I honestly have no idea what you are talking about. I'm not saying anything other than that's where the numbers comes from, and it's a lot more complex than one simple number if you poke at it at all. The fact that overall it's at 7%, with things like furniture being below 1%, doesn't change the fact that food is over 10% with specific items being more. Similarly housing overall increase was in the 5% range, but because it's such a large portion that is a massive increase, even if it's below the overall CPI.
If anyone wants to use CPI, fill their boots, but it doesn't represent the impacts on individuals, because that's not what it's for at all. No one is fiddling with the numbers; the numbers simply aren't being used for its intended purpose by people who understand what it means.

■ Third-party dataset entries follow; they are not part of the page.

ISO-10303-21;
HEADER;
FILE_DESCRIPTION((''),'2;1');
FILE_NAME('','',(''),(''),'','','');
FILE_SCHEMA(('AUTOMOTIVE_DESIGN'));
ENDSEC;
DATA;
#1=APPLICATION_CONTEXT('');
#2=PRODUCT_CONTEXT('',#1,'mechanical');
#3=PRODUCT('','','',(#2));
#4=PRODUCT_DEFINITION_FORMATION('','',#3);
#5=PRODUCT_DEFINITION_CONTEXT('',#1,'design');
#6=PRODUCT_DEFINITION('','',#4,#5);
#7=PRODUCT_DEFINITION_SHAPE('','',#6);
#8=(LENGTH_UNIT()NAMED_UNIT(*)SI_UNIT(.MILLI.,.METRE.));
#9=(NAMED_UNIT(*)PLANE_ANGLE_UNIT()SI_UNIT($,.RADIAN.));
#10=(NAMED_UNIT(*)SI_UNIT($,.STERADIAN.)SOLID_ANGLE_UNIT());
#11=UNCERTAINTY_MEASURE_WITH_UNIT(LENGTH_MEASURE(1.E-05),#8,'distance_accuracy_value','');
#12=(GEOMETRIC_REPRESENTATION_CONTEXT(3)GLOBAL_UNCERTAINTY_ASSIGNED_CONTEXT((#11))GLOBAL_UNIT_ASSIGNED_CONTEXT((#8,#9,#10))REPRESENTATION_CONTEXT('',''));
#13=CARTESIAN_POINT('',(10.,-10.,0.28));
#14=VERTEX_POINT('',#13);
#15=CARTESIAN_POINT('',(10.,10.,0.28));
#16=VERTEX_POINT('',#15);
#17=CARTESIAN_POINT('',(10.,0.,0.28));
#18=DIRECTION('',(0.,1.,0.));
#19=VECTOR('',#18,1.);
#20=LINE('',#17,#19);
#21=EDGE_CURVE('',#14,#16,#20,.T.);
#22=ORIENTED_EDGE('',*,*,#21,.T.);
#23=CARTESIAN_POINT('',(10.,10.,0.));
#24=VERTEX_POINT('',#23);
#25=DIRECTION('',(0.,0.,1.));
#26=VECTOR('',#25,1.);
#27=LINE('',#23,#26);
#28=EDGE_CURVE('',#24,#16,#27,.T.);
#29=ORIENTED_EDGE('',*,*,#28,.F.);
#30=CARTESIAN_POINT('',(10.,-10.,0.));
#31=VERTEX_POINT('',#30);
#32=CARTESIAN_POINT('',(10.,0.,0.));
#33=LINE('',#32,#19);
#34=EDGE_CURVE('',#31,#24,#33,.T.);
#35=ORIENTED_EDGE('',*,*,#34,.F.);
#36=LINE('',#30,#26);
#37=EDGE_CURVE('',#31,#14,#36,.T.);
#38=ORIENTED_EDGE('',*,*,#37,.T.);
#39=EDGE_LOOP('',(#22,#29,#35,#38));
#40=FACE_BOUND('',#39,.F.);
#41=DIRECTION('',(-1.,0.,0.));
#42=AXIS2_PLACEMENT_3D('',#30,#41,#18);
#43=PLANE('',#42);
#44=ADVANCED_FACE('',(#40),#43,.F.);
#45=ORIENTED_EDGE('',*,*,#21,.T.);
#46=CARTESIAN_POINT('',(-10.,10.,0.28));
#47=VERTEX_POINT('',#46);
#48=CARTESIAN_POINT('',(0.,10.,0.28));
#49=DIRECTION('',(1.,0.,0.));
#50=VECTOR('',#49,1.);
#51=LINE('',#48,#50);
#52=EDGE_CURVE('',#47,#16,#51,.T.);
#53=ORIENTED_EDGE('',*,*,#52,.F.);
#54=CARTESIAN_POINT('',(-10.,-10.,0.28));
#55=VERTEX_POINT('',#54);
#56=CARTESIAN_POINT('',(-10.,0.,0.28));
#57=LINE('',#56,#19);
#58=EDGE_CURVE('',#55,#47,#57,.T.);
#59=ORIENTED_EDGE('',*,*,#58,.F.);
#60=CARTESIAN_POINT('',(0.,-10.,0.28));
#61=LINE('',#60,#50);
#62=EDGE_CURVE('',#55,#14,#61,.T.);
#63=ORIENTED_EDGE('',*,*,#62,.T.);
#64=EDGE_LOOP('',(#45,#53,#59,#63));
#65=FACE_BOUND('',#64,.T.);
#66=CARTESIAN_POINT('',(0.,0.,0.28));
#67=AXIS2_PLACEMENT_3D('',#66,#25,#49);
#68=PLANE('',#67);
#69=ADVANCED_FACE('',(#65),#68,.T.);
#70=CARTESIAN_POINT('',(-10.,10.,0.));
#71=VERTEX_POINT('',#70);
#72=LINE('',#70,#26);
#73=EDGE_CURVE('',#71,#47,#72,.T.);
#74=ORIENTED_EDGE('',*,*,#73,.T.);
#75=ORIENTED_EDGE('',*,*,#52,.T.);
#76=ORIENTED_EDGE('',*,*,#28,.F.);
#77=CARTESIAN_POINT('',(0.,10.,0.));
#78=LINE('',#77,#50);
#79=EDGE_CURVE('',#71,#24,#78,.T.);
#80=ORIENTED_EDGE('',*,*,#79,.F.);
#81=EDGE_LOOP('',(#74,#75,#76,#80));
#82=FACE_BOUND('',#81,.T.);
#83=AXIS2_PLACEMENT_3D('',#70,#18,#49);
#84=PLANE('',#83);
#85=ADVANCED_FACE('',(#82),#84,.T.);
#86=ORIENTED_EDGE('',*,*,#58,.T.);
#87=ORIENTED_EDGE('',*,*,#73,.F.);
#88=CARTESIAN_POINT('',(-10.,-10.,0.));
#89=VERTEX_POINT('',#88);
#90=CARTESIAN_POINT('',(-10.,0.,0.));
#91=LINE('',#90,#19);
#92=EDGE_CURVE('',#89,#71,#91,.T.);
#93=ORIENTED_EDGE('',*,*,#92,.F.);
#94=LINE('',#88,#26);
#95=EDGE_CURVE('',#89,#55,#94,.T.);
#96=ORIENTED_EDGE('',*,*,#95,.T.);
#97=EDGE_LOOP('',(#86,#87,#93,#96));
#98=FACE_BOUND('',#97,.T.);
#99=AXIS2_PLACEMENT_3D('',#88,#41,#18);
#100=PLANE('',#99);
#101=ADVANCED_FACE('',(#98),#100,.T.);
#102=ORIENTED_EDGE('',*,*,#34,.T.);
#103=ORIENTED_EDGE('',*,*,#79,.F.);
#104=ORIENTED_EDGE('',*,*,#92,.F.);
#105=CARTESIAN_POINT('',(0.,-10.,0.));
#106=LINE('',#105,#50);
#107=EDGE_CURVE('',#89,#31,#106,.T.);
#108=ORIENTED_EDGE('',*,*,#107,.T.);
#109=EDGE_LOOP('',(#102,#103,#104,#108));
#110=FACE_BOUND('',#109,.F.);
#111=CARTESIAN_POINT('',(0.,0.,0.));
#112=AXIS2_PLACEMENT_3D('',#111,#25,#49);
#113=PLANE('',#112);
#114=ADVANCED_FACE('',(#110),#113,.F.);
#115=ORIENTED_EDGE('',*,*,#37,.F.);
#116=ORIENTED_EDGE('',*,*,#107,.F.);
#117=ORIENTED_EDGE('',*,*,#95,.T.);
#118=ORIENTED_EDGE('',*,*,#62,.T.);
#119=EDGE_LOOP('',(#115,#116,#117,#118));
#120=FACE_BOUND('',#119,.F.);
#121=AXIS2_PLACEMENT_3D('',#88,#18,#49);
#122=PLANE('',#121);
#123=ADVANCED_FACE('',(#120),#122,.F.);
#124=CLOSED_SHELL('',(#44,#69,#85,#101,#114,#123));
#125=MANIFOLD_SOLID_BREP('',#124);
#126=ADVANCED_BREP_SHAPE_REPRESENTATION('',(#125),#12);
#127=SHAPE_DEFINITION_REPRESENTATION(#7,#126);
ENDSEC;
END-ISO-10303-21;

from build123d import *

# Parameters (mm, degrees)
SKETCH_W  = 20
SKETCH_H  = 20
PAD_DEPTH = 0.28


with BuildPart() as part:
    # Sketch → Pad (new body)
    with BuildSketch(Plane.XY):
        Rectangle(SKETCH_W, SKETCH_H)
    extrude(amount=PAD_DEPTH)


solid = part.part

But realistically if a rise in anything costs me an extra hundred bucks a month, I'll care a lot more about that than an increase of a few bucks a month, regardless of what that works out for a percentage. That's why mortgage rate hikes can be devastating, a small change can result in real large increases in real terms (vice huge percentage changes to low dollar value items that have low real term impacts). Similarly the cost of gas nearly doubling in the spring could add hundreds to commuting cost every month, and lots of people don't have the option of public transport for work.
For some folks the cost of bread might be the critical one, for others it will be something else; all I'm saying is CPI is a 50,000' general indicator, the general impact on individuals is much more complicated. When I plugged in my personal inflation to the tool I was around CPI overall, but if I was to start commuting back to work daily it would go up to around 12%, so really depends considerably on your personal specifics, and can change very quickly.
I do maintain though that calling it 'Justinflation' is fundamentally ignorant though, and completely ignoring the real causes of global inflation that we really can't do anything about.